#### INSTRUCTIONS FOR THE TASK:
Repeat precisely the span of lines below that opens with the line containing "#43=ORIENTED_EDGE('',*,*,#42,.F.);" and closes with the line containing "#51=EDGE_CURVE('',#47,#47,#50,.T.);", both included.

*** Begin section ***

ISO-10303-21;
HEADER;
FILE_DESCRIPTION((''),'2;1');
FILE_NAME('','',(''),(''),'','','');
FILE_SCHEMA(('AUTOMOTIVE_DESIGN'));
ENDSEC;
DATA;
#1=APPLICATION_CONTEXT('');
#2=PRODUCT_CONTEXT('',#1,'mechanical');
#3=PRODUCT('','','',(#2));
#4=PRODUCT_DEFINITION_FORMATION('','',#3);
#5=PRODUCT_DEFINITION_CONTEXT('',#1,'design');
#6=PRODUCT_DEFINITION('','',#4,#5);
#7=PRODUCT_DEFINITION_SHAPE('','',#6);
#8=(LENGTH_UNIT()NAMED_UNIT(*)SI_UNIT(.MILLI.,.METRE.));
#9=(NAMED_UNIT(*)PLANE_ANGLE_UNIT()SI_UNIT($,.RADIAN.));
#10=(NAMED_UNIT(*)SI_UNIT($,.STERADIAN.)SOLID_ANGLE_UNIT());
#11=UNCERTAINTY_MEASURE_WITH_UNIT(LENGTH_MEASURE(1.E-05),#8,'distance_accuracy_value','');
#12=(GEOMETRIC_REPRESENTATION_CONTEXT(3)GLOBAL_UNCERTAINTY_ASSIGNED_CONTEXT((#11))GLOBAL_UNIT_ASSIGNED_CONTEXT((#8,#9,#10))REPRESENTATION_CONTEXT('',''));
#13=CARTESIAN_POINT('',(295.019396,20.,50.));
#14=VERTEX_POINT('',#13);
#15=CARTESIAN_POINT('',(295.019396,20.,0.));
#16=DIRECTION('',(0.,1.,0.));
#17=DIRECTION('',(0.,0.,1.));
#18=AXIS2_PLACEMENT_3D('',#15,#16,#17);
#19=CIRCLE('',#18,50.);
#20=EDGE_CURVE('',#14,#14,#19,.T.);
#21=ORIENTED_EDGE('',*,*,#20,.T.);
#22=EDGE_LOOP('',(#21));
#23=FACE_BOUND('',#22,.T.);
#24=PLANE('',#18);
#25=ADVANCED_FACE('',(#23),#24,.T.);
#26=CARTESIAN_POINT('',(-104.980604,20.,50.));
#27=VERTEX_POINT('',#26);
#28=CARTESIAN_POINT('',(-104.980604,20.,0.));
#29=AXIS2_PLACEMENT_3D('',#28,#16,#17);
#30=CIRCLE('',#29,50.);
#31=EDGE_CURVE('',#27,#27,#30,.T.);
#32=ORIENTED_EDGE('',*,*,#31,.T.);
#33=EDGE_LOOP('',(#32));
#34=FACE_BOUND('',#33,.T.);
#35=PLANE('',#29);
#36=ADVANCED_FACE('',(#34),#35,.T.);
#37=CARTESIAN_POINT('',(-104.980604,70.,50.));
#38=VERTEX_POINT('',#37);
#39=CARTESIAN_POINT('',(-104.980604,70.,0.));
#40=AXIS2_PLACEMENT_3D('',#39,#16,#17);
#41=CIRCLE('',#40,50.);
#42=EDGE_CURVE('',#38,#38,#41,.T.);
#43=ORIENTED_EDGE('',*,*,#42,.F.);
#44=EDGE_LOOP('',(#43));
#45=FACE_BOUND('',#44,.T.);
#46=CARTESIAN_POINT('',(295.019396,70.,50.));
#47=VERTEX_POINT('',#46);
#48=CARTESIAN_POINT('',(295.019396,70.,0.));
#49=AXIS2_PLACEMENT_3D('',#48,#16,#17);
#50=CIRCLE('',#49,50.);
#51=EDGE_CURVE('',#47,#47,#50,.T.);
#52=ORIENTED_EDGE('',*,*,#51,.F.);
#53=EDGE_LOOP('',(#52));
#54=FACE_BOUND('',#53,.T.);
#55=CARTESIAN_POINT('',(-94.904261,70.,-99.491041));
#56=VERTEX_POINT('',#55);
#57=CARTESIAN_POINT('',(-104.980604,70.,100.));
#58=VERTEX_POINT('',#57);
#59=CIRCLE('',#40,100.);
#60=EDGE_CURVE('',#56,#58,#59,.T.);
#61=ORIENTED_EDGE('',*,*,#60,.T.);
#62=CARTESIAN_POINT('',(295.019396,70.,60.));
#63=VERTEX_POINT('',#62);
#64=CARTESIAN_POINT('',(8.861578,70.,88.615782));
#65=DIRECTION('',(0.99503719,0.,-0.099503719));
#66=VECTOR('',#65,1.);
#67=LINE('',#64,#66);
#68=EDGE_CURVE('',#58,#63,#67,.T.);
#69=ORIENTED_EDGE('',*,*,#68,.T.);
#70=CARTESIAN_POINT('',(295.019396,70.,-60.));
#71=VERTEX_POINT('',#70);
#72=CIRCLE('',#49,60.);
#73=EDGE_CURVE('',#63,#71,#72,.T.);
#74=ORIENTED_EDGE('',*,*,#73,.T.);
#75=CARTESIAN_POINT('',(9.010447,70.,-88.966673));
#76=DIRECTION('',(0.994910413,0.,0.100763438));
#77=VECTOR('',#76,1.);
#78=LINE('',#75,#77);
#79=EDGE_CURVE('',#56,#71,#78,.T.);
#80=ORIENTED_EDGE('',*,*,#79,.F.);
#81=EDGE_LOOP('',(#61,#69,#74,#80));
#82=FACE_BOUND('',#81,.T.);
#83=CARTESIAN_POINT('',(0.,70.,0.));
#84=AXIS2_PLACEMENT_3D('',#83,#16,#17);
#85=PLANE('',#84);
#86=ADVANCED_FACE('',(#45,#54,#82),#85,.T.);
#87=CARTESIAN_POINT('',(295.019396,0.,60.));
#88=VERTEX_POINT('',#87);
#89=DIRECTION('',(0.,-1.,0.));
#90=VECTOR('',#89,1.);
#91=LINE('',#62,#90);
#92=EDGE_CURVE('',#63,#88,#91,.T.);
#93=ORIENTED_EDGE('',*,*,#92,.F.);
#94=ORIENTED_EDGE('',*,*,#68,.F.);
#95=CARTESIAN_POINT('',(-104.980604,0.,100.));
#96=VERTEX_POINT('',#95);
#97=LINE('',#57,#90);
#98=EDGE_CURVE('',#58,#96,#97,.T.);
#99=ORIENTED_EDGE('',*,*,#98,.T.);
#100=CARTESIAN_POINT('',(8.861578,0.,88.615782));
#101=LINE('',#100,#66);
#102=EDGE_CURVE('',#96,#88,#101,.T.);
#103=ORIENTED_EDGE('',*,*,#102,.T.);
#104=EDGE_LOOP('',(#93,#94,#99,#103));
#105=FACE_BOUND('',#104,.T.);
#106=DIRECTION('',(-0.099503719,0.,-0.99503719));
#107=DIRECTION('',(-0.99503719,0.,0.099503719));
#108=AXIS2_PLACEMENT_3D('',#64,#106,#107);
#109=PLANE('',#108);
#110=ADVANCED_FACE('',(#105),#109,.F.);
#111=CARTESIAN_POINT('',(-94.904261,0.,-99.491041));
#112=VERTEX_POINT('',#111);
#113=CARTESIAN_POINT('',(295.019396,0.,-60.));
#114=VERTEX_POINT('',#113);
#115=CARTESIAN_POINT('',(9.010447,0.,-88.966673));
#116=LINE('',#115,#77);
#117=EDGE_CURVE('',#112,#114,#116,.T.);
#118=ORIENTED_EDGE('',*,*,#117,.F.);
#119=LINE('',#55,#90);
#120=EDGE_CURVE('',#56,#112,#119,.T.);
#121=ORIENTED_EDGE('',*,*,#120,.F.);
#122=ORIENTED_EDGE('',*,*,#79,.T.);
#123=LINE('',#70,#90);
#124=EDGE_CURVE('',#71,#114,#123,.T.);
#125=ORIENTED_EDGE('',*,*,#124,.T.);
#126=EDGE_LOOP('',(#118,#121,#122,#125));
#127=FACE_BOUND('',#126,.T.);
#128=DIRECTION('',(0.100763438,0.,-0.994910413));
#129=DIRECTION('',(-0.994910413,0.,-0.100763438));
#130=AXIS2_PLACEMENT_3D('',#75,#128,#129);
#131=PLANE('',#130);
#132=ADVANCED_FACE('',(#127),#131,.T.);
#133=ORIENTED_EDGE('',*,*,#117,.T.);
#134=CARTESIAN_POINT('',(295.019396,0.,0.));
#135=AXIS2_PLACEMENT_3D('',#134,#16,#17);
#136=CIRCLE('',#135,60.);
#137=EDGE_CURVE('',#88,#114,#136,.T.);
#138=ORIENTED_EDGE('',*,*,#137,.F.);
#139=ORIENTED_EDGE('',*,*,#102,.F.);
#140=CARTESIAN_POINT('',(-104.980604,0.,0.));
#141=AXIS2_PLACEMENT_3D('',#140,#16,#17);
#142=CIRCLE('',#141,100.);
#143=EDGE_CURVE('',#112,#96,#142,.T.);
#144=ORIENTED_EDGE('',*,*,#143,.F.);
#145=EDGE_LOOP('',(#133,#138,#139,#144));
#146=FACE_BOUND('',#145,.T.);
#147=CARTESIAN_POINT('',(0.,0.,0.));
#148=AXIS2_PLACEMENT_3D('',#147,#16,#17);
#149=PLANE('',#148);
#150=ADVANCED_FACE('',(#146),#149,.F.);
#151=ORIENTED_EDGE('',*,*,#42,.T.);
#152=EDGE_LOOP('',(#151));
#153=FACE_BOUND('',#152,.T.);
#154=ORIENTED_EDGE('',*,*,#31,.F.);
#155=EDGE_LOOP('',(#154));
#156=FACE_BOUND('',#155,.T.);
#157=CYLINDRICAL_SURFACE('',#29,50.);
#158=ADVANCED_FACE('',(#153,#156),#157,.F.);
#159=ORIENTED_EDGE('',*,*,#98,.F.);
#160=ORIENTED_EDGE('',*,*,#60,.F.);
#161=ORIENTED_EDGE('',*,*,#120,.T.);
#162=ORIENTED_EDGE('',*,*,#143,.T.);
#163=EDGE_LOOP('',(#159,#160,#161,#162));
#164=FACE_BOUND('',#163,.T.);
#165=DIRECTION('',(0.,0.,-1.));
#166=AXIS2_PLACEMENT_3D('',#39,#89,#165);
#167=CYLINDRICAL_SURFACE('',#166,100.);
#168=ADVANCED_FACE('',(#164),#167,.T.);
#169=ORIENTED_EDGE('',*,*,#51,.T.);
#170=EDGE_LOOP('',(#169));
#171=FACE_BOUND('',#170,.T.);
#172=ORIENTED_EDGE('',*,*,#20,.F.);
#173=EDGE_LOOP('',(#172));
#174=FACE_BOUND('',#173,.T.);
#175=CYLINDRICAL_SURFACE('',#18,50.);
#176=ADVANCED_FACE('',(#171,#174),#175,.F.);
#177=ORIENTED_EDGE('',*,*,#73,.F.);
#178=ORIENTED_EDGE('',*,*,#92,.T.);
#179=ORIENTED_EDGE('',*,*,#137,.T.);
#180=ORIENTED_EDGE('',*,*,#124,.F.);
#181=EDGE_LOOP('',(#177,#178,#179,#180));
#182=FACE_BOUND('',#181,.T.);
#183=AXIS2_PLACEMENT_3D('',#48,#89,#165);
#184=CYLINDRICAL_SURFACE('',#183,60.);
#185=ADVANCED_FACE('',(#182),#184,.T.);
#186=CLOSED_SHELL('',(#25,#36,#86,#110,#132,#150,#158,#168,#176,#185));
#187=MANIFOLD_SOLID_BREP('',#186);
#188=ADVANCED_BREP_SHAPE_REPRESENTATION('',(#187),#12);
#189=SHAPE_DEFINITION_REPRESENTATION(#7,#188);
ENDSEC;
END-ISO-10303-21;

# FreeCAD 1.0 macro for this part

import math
import FreeCAD as App
import Part
import Sketcher
from FreeCAD import Vector

doc = App.newDocument("Part")
body = doc.addObject("PartDesign::Body", "Body")

# Sketch on XZ plane
sketch1 = doc.addObject("Sketcher::SketchObject", "Sketch")
body.addObject(sketch1)
sketch1.AttachmentSupport = (doc.XZ_Plane, [""])
sketch1.MapMode = "FlatFace"
sketch1.addGeometry(Part.LineSegment(Vector(295.019396, -60, 0), Vector(-94.904261, -99.491041, 0)), False)
sketch1.addGeometry(Part.ArcOfCircle(Part.Circle(Vector(-104.980604, 0, 0), Vector(0, 0, 1), 100), math.radians(90), math.radians(275.783134)), False)
sketch1.addGeometry(Part.LineSegment(Vector(-104.980604, 100, 0), Vector(-85.178624, 98.019802, 0)), False)
sketch1.addGeometry(Part.LineSegment(Vector(-85.178624, 98.019802, 0), Vector(295.019396, 60, 0)), False)
sketch1.addGeometry(Part.ArcOfCircle(Part.Circle(Vector(295.019396, 0, 0), Vector(0, 0, 1), 60), math.radians(-90), math.radians(90)), False)
sketch1.addConstraint(Sketcher.Constraint("Tangent", 0, 2, 1, 2))
sketch1.addConstraint(Sketcher.Constraint("Coincident", 1, 1, 2, 1))
sketch1.addConstraint(Sketcher.Constraint("Coincident", 2, 2, 3, 1))
sketch1.addConstraint(Sketcher.Constraint("Coincident", 3, 2, 4, 2))
sketch1.addConstraint(Sketcher.Constraint("Coincident", 4, 1, 0, 1))
sketch1.addConstraint(Sketcher.Constraint("Symmetric", 3, 2, 4, 1, -1))
sketch1.addConstraint(Sketcher.Constraint("PointOnObject", 1, 3, -1))
sketch1.addConstraint(Sketcher.Constraint("Parallel", 2, 3))
sketch1.addConstraint(Sketcher.Constraint("Vertical", 4, 3, 3, 2))
sketch1.addConstraint(Sketcher.Constraint("Radius", 1, 100.0))
sketch1.addConstraint(Sketcher.Constraint("Radius", 4, 60.0))
sketch1.addConstraint(Sketcher.Constraint("DistanceX", 1, 3, 4, 3, 400.0))
sketch1.addConstraint(Sketcher.Constraint("DistanceX", 1, 1, 4, 3, 400.0))
sketch1.addConstraint(Sketcher.Constraint("DistanceY", -1, 1, 2, 2, 98.019802))
sketch1.addConstraint(Sketcher.Constraint("DistanceX", 0, 2, -1, 1, 94.904261))
pad1 = doc.addObject("PartDesign::Pad", "Pad")
body.addObject(pad1)
pad1.Profile = sketch1
pad1.Length = 70
pad1.Reversed = True

# Sketch on XZ plane
sketch2 = doc.addObject("Sketcher::SketchObject", "Sketch001")
body.addObject(sketch2)
sketch2.AttachmentSupport = (doc.XZ_Plane, [""])
sketch2.MapMode = "FlatFace"
sketch2.AttachmentOffset = App.Placement(Vector(0, 0, -70), App.Rotation())
sketch2.addGeometry(Part.Circle(Vector(-104.980604, 0, 0), Vector(0, 0, 1), 50), False)
sketch2.addGeometry(Part.Circle(Vector(295.019396, 0, 0), Vector(0, 0, 1), 50), False)
sketch2.addConstraint(Sketcher.Constraint("Equal", 0, 1))
sketch2.addConstraint(Sketcher.Constraint("PointOnObject", 0, 3, -1))
sketch2.addConstraint(Sketcher.Constraint("PointOnObject", 1, 3, -1))
sketch2.addConstraint(Sketcher.Constraint("Diameter", 0, 100.0))
sketch2.addConstraint(Sketcher.Constraint("DistanceX", 0, 3, 1, 3, 400.0))
sketch2.addConstraint(Sketcher.Constraint("DistanceX", 0, 3, -1, 1, 104.980604))
pocket1 = doc.addObject("PartDesign::Pocket", "Pocket")
body.addObject(pocket1)
pocket1.Profile = sketch2
pocket1.Length = 50
pocket1.Reversed = True

doc.recompute()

*** End section ***

#### TASK OUTPUT:
#43=ORIENTED_EDGE('',*,*,#42,.F.);
#44=EDGE_LOOP('',(#43));
#45=FACE_BOUND('',#44,.T.);
#46=CARTESIAN_POINT('',(295.019396,70.,50.));
#47=VERTEX_POINT('',#46);
#48=CARTESIAN_POINT('',(295.019396,70.,0.));
#49=AXIS2_PLACEMENT_3D('',#48,#16,#17);
#50=CIRCLE('',#49,50.);
#51=EDGE_CURVE('',#47,#47,#50,.T.);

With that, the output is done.